Est-ce de l’art brut, avant que l’expression n’existe ? Un étrange objet figure parmi les manuscrits de Victor Hugo, Pierre Guyotat ou autres Henri Michaux, dans l’un des cabinets qui composent l’exposition « Écrire, c’est dessiner » organisée autour de l’œuvre de l’artiste libanaise Etel Adnan (1925-2021) au Centre Pompidou-Metz.
Ce sont deux des trois volumes, découverts en 2010 chez un marchand de livres anciens. Son auteur est un inconnu du XIXe siècle : Pierre Richard est né en 1802 en Moselle, dans une famille catholique. Orphelin dès l’âge de 2 ans, mort en 1879 dans l’asile de Gorze près de Metz. Paysan, il a été dépossédé de tous ses biens par son demi-frère. Et a passé dans cet asile psychiatrique les dix dernières années de son existence.
Au cours de cette vie enfermée, il réalise de nombreuses inscriptions sur l’un des ouvrages ésotériques, L’Enchiridion du pape Léon,dont il avait fait l’acquisition. Puis, il confectionne deux épais albums sur lesquels il a produit une écriture dessinée. Une écriture des plus curieuses que l’artiste Annette Messager décrit ainsi : « Les dessins, souvent enfermés dans des cercles, sont accompagnés d’écritures, de calligraphies, de cryptogrammes sublimes de beauté, d’intensité. La démesure de ses multiples volumes, tous ornés d’écritures et de signes mystérieux, semble prouver l’exaltation éclatante de Pierre Richard, d’une violence contenue. »
Ces deux albums sont de grands formats, faisant plus de trente centimètres de hauteur. Ils sont couverts de représentations de talismans, circulaires, souvent constitués en ensemble. Et par les effets de transparence, ils produisent d’autres formes encore. Pierre Richard invente une langue toute personnelle, faite de mots lisibles, d’abréviations et néologismes.
Comme l’historien de l’art Baptiste Brun le souligne, ces pièces sont les archives d’un monde enfoui, et « l’un des grands mérites de cette édition est justement de ne pas sombrer dans cet écueil et d’éviter tant que faire se peut de reconduire certains tropes du monde de l’art brut et de ses interprètes et zélateurs.
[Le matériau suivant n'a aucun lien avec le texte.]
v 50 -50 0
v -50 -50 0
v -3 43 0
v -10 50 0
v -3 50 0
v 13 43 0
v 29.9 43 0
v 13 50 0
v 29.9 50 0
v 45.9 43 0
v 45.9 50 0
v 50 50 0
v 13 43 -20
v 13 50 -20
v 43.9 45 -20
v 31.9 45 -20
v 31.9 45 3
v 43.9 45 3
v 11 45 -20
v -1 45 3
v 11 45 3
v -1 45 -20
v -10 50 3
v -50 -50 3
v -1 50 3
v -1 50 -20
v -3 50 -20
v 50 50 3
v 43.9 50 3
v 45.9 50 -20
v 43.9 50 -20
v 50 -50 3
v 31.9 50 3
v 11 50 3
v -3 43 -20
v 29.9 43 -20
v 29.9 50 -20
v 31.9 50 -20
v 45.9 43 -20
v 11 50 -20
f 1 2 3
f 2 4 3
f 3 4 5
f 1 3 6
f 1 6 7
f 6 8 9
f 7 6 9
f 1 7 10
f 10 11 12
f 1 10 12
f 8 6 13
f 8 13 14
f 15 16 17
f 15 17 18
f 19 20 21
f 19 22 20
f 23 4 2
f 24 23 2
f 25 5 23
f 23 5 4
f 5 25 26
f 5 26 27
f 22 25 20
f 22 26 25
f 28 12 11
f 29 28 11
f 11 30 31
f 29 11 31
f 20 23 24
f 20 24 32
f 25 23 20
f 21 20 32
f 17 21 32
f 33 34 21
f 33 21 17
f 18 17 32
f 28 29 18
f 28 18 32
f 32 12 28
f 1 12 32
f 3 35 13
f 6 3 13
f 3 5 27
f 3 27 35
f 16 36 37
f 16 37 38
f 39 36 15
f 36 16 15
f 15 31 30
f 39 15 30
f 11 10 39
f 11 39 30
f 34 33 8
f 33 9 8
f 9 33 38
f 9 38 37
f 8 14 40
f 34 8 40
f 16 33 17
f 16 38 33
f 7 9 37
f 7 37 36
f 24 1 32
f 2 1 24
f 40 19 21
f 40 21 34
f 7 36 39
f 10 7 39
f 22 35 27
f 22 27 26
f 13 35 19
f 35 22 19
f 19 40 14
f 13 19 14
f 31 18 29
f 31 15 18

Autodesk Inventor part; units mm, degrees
ref_plane "YZ Plane" through (0, 0, 0) normal (1, 0, 0) x (0, 1, 0)
ref_plane "XZ Plane" through (0, 0, 0) normal (0, 1, 0) x (-1, 0, 0)
ref_plane "XY Plane" through (0, 0, 0) normal (0, 0, 1) x (1, 0, 0)
sketch "Sketch1" plane through (0, 0, 0) normal (0, 0, 1) x (1, 0, 0)
  line L0 (50, -50) -> (-50, -50)
  line L1 (50, 50) -> (50, -50)
  line L2 (50, 50) -> (-10, 50)
  line L3 (-10, 50) -> (-50, -50)
  line L4 (-10, 50) -> (20, 50)
  line L5 (20, 50) -> (50, 50)
  line L6 (-1, 45) -> (11, 45)
  line L7 (11, 45) -> (11, 55)
  line L8 (11, 55) -> (-1, 55)
  line L9 (-1, 55) -> (-1, 45)
  line L10 (-1, 45) -> (11, 55) construction
  line L11 (11, 45) -> (-1, 55) construction
  line L12 (50, 50) -> (37.9, 50)
  line L13 (31.9, 45) -> (43.9, 45)
  line L14 (43.9, 45) -> (43.9, 55)
  line L15 (43.9, 55) -> (31.9, 55)
  line L16 (31.9, 55) -> (31.9, 45)
  line L17 (31.9, 45) -> (43.9, 55) construction
  line L18 (43.9, 45) -> (31.9, 55) construction
  line L19 (-3, 50) -> (-3, 43)
  line L20 (-3, 43) -> (13, 43)
  line L21 (13, 43) -> (13, 50)
  line L22 (29.9, 50) -> (29.9, 43)
  line L23 (29.9, 43) -> (45.9, 43)
  line L24 (45.9, 43) -> (45.9, 50)
  point P0 (0, 0)
  point P1 (5, 50)
  point P2 (-1, 50)
  point P3 (45.9, 46.5)
  point P4 (31.9, 50)
  point P5 (43.9, 50)
  point P6 (-1, 50)
  point P7 (11, 50)
  dimension "d18" = 60
  dimension "d19" = 111.801
  dimension "d20" = 100
  dimension "d21" = 100
  dimension "d22" = 50
  dimension "d23" = 50
  dimension "d24" = 30
  dimension "d25" = 12
  dimension "d26" = 10
  dimension "d31" = 12.1
  dimension "d32" = 12
  dimension "d33" = 10
  dimension "d36" = 2
  dimension "d37" = 2
  dimension "d38" = 16
  dimension "d39" = 2
  dimension "d40" = 2
  dimension "d41" = 2
extrude "Extrusion1" add sketch "Sketch1" along normal blind 3 contours L0 L3 L2 L19 L20 L21 L22 L23 L24 L1 | L24 L23 L22 L2 L16 L13 L14 | L2 L9 L6 L7 L21 L20 L19 | L14 L13 L16 L2 | L2 L7 L6 L9
extrude "Extrusion2" cut sketch "Sketch1" along normal blind 10 contours L9 L8 L7 L2 | L2 L7 L6 L9
extrude "Extrusion3" cut sketch "Sketch1" along normal blind 10 contours L14 L13 L16 L2 | L2 L16 L15 L14
extrude "Extrusion4" add sketch "Sketch1" against normal blind 20 contours L24 L23 L22 L2 L16 L13 L14 | L2 L9 L6 L7 L21 L20 L19
sketch "Sketch2" plane through (0, 0, 0) normal (0, 0, 1) x (1, 0, 0)
  line L0 (-52.1328, -49.9469) -> (-12.1328, 50.0531)
  line L1 (-10, 50) -> (-50, -50) projected
  line L2 (-1, 50) -> (-10, 50) projected
  line L3 (-12.1328, 50.0531) -> (-21.8999, 50.0531)
  line L4 (-21.8999, 50.0531) -> (-21.8999, 45)
  line L5 (-21.8999, 45) -> (-33.8999, 45)
  line L6 (-33.8999, 45) -> (-33.8999, 50.0531)
  line L7 (-33.8999, 50.0531) -> (-41.8999, 50.0531)
  line L8 (-52.1328, -49.9469) -> (-67.1328, -49.9469)
  line L9 (-67.1328, -49.9469) -> (-67.1328, -9.9469)
  line L10 (-67.1328, -9.9469) -> (-41.8999, 50.0531)
  line L11 (-67.1328, -4.7877) -> (-44.0696, 50.0531)
  line L12 (-67.1328, -4.7877) -> (-67.1328, 50.0531)
  line L13 (-67.1328, 50.0531) -> (-64.1328, 50.0531)
  line L14 (-64.1328, 50.0531) -> (-64.1328, 45.0531)
  line L15 (-64.1328, 45.0531) -> (-52.1328, 45.0531)
  line L16 (-52.1328, 45.0531) -> (-52.1328, 50.0531)
  line L17 (-52.1328, 50.0531) -> (-44.0696, 50.0531)
  line L18 (-50, -50) -> (50, -50) projected
  point P0 (0, 0)
  dimension "d44" = 20.9
  dimension "d46" = 12
  dimension "d47" = 8
  dimension "d48" = 15
  dimension "d49" = 40
  dimension "d50" = 2
  dimension "d51" = 2
  dimension "d52" = 3
  dimension "d53" = 5
  dimension "d54" = 12
  dimension "d55" = 54.8409
  dimension "d56" = 8.0632
  dimension "d57" = 67.191
  dimension "d58" = 9.7671
  dimension "d59" = 60
  dimension "d60" = 117.1328
  dimension "d61" = 5
properties part number "BasePart"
Là, le mythe, voire la mystification, de l’authenticité et de la création pure évince trop souvent toute étude rigoureuse de l’histoire, de l’usage ou de la fonction de ce que Jean Dubuffet nommait les “ouvrages” des “auteurs” d’art brut. »
Cette rencontre avec les albums de Pierre Richard oblige à historiciser ces « délires graphiques », qui sont sans doute les archives « rentrées » de ce milieu du XIXe siècle, une source tout aussi intéressante et riche que des correspondances familiales de la même période ou celles de nobles archives notariales.
Philippe Artières
Exposition « Écrire, c’est dessiner », Centre Pompidou-Metz jusqu’au 21 février 2022.
Pierre Richard (1802-1879), Grimoires illuminés, François et Mireille Pétry, Nicolas Weill-Parrot, Jean-Pierre Brach, Marc Decimo, Lise Maurer et Christophe Boulanger (préf. Annette Messager) ; Paris, Éditons Artulis, Pierrette Turlais, 2019 (280 p.).